Core Concepts
Large Language Models, particularly GPT-4 variants, can outperform state-of-the-art techniques in repairing faulty Alloy formal specifications, albeit with a marginal increase in runtime and token usage.
Abstract
The paper presents a systematic investigation into the capacity of Large Language Models (LLMs) for repairing declarative specifications in Alloy, a declarative formal language used for software specification. The authors propose a novel repair pipeline that integrates a dual-agent LLM framework, comprising a Repair Agent and a Prompt Agent.
The key highlights of the study are:
Extensive empirical evaluation comparing the effectiveness of LLM-based repair with state-of-the-art Alloy Automatic Program Repair (APR) techniques on a comprehensive set of benchmarks. The study reveals that LLMs, particularly GPT-4 variants, outperform existing techniques in terms of repair efficacy.
Investigation of the repair performance of various pre-trained LLMs, including GPT-3.5-Turbo, GPT-4-32k, and GPT-4-Turbo, across different feedback levels (No-Feedback, Generic-Feedback, and Auto-Feedback). The auto-feedback approach exhibited the best performance, surpassing traditional state-of-the-art repair tools.
Analysis of the impact of adaptive prompting, showcasing that the use of LLM-generated prompts based on Alloy Analyzer reports leads to enhanced repair performance compared to human-created generic prompts.

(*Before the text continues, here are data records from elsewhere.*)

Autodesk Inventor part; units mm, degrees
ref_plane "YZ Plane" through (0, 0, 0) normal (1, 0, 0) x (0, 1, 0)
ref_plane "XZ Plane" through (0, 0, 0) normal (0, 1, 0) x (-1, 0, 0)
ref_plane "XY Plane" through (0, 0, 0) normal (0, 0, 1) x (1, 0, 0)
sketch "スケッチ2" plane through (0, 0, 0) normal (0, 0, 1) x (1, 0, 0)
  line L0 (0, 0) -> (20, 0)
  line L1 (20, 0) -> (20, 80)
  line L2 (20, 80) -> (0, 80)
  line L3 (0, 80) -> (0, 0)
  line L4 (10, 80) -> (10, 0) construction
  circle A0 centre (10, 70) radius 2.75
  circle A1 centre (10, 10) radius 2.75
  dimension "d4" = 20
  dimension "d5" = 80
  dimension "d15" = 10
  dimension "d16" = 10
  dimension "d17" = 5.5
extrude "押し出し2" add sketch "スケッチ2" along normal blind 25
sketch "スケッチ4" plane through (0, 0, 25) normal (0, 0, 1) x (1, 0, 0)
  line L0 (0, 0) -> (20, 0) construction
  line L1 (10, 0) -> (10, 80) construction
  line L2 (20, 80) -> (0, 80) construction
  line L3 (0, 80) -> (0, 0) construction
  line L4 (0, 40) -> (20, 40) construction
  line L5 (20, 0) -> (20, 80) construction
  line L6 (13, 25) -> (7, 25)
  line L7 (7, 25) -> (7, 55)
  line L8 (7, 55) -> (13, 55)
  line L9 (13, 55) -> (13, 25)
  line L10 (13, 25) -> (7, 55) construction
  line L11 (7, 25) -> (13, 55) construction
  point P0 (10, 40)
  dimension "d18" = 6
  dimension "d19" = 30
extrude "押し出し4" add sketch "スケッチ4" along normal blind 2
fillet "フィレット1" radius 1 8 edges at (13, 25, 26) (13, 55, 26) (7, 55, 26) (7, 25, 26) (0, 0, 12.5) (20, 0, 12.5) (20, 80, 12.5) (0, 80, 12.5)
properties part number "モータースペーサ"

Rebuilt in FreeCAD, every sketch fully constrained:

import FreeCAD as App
import Part
import Sketcher


def edges_at(feature, points):
    """Names of the edges that pass closest to the given points."""
    edges = feature.Shape.Edges
    near = lambda p: min(range(len(edges)), key=lambda i: edges[i].distToShape(Part.Vertex(*p))[0])
    return sorted({f"Edge{near(p) + 1}" for p in points})

doc = App.newDocument("Part")
body = doc.addObject("PartDesign::Body", "Body")

sketch1 = body.newObject("Sketcher::SketchObject", "Sketch")
sketch1.AttachmentSupport = (doc.getObject("XY_Plane"), [""])
sketch1.MapMode = "FlatFace"
sketch1.addGeometry(Part.LineSegment(App.Vector(0, 80, 0), App.Vector(0, 0, 0)), False)
sketch1.addGeometry(Part.LineSegment(App.Vector(0, 0, 0), App.Vector(20, 0, 0)), False)
sketch1.addGeometry(Part.LineSegment(App.Vector(20, 0, 0), App.Vector(20, 80, 0)), False)
sketch1.addGeometry(Part.LineSegment(App.Vector(20, 80, 0), App.Vector(0, 80, 0)), False)
sketch1.addGeometry(Part.Circle(App.Vector(10, 10, 0), App.Vector(0, 0, 1), 2.75), False)
sketch1.addGeometry(Part.Circle(App.Vector(10, 70, 0), App.Vector(0, 0, 1), 2.75), False)
sketch1.addConstraint(Sketcher.Constraint("Coincident", 0, 2, 1, 1))
sketch1.addConstraint(Sketcher.Constraint("Coincident", 1, 2, 2, 1))
sketch1.addConstraint(Sketcher.Constraint("Coincident", 2, 2, 3, 1))
sketch1.addConstraint(Sketcher.Constraint("Coincident", 3, 2, 0, 1))
sketch1.addConstraint(Sketcher.Constraint("Vertical", 0))
sketch1.addConstraint(Sketcher.Constraint("Horizontal", 1))
sketch1.addConstraint(Sketcher.Constraint("Vertical", 2))
sketch1.addConstraint(Sketcher.Constraint("Horizontal", 3))
sketch1.addConstraint(Sketcher.Constraint("Coincident", 0, 2, -1, 1))
sketch1.addConstraint(Sketcher.Constraint("Equal", 4, 5))
sketch1.addConstraint(Sketcher.Constraint("Vertical", 4, 3, 5, 3))
sketch1.addConstraint(Sketcher.Constraint("Diameter", 4, 5.5))
sketch1.addConstraint(Sketcher.Constraint("DistanceX", 1, 1, 1, 2, 20.0))
sketch1.addConstraint(Sketcher.Constraint("DistanceY", 0, 2, 0, 1, 80.0))
sketch1.addConstraint(Sketcher.Constraint("DistanceX", -1, 1, 4, 3, 10.0))
sketch1.addConstraint(Sketcher.Constraint("DistanceY", -1, 1, 4, 3, 10.0))
sketch1.addConstraint(Sketcher.Constraint("DistanceY", 5, 3, 2, 2, 10.0))
pad1 = body.newObject("PartDesign::Pad", "Pad")
pad1.Profile = sketch1
pad1.Length = 25

sketch2 = body.newObject("Sketcher::SketchObject", "Sketch001")
sketch2.AttachmentSupport = (doc.getObject("XY_Plane"), [""])
sketch2.MapMode = "FlatFace"
sketch2.AttachmentOffset = App.Placement(App.Vector(0, 0, 25), App.Rotation())
sketch2.addGeometry(Part.LineSegment(App.Vector(7, 25, 0), App.Vector(13, 25, 0)), False)
sketch2.addGeometry(Part.LineSegment(App.Vector(13, 25, 0), App.Vector(13, 55, 0)), False)
sketch2.addGeometry(Part.LineSegment(App.Vector(13, 55, 0), App.Vector(7, 55, 0)), False)
sketch2.addGeometry(Part.LineSegment(App.Vector(7, 55, 0), App.Vector(7, 25, 0)), False)
sketch2.addConstraint(Sketcher.Constraint("Coincident", 0, 2, 1, 1))
sketch2.addConstraint(Sketcher.Constraint("Coincident", 1, 2, 2, 1))
sketch2.addConstraint(Sketcher.Constraint("Coincident", 2, 2, 3, 1))
sketch2.addConstraint(Sketcher.Constraint("Coincident", 3, 2, 0, 1))
sketch2.addConstraint(Sketcher.Constraint("Horizontal", 0))
sketch2.addConstraint(Sketcher.Constraint("Vertical", 1))
sketch2.addConstraint(Sketcher.Constraint("Horizontal", 2))
sketch2.addConstraint(Sketcher.Constraint("Vertical", 3))
sketch2.addConstraint(Sketcher.Constraint("DistanceX", 0, 1, 0, 2, 6.0))
sketch2.addConstraint(Sketcher.Constraint("DistanceY", 1, 1, 1, 2, 30.0))
sketch2.addConstraint(Sketcher.Constraint("DistanceX", -1, 1, 0, 2, 13.0))
sketch2.addConstraint(Sketcher.Constraint("DistanceY", -1, 1, 0, 2, 25.0))
pad2 = body.newObject("PartDesign::Pad", "Pad001")
pad2.Profile = sketch2
pad2.Length = 2
doc.recompute()

fillet = body.newObject("PartDesign::Fillet", "Fillet")
fillet.Base = (pad2, edges_at(pad2, [
    (13, 25, 26),
    (13, 55, 26),
    (7, 55, 26),
    (7, 25, 26),
    (0, 0, 12.5),
    (20, 0, 12.5),
    (20, 80, 12.5),
    (0, 80, 12.5),
]))
fillet.Radius = 1

doc.recompute()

Characterization of failure modes encountered during the repair process, including syntax errors, counterexamples, and repetition of buggy specifications, providing insights into the limitations and challenges of LLM-based repair.
Evaluation of the repair costs associated with using the APR pipeline with various LLMs, highlighting the trade-offs between repair effectiveness and computational resources.
The research contributes to advancing the field of automatic repair for declarative specifications and highlights the promising potential of LLMs in this domain.
Stats
The proposed LLM-based repair pipeline outperforms state-of-the-art Alloy APR techniques in terms of the number of successfully repaired specifications, with the auto-feedback approach achieving the highest repair rate.
Quotes
"Large Language Models, particularly GPT-4 variants, can outperform state-of-the-art techniques in repairing faulty Alloy formal specifications, albeit with a marginal increase in runtime and token usage."
"The auto-feedback approach exhibited the best performance, surpassing traditional state-of-the-art repair tools."
"The use of LLM-generated prompts based on Alloy Analyzer reports leads to enhanced repair performance compared to human-created generic prompts."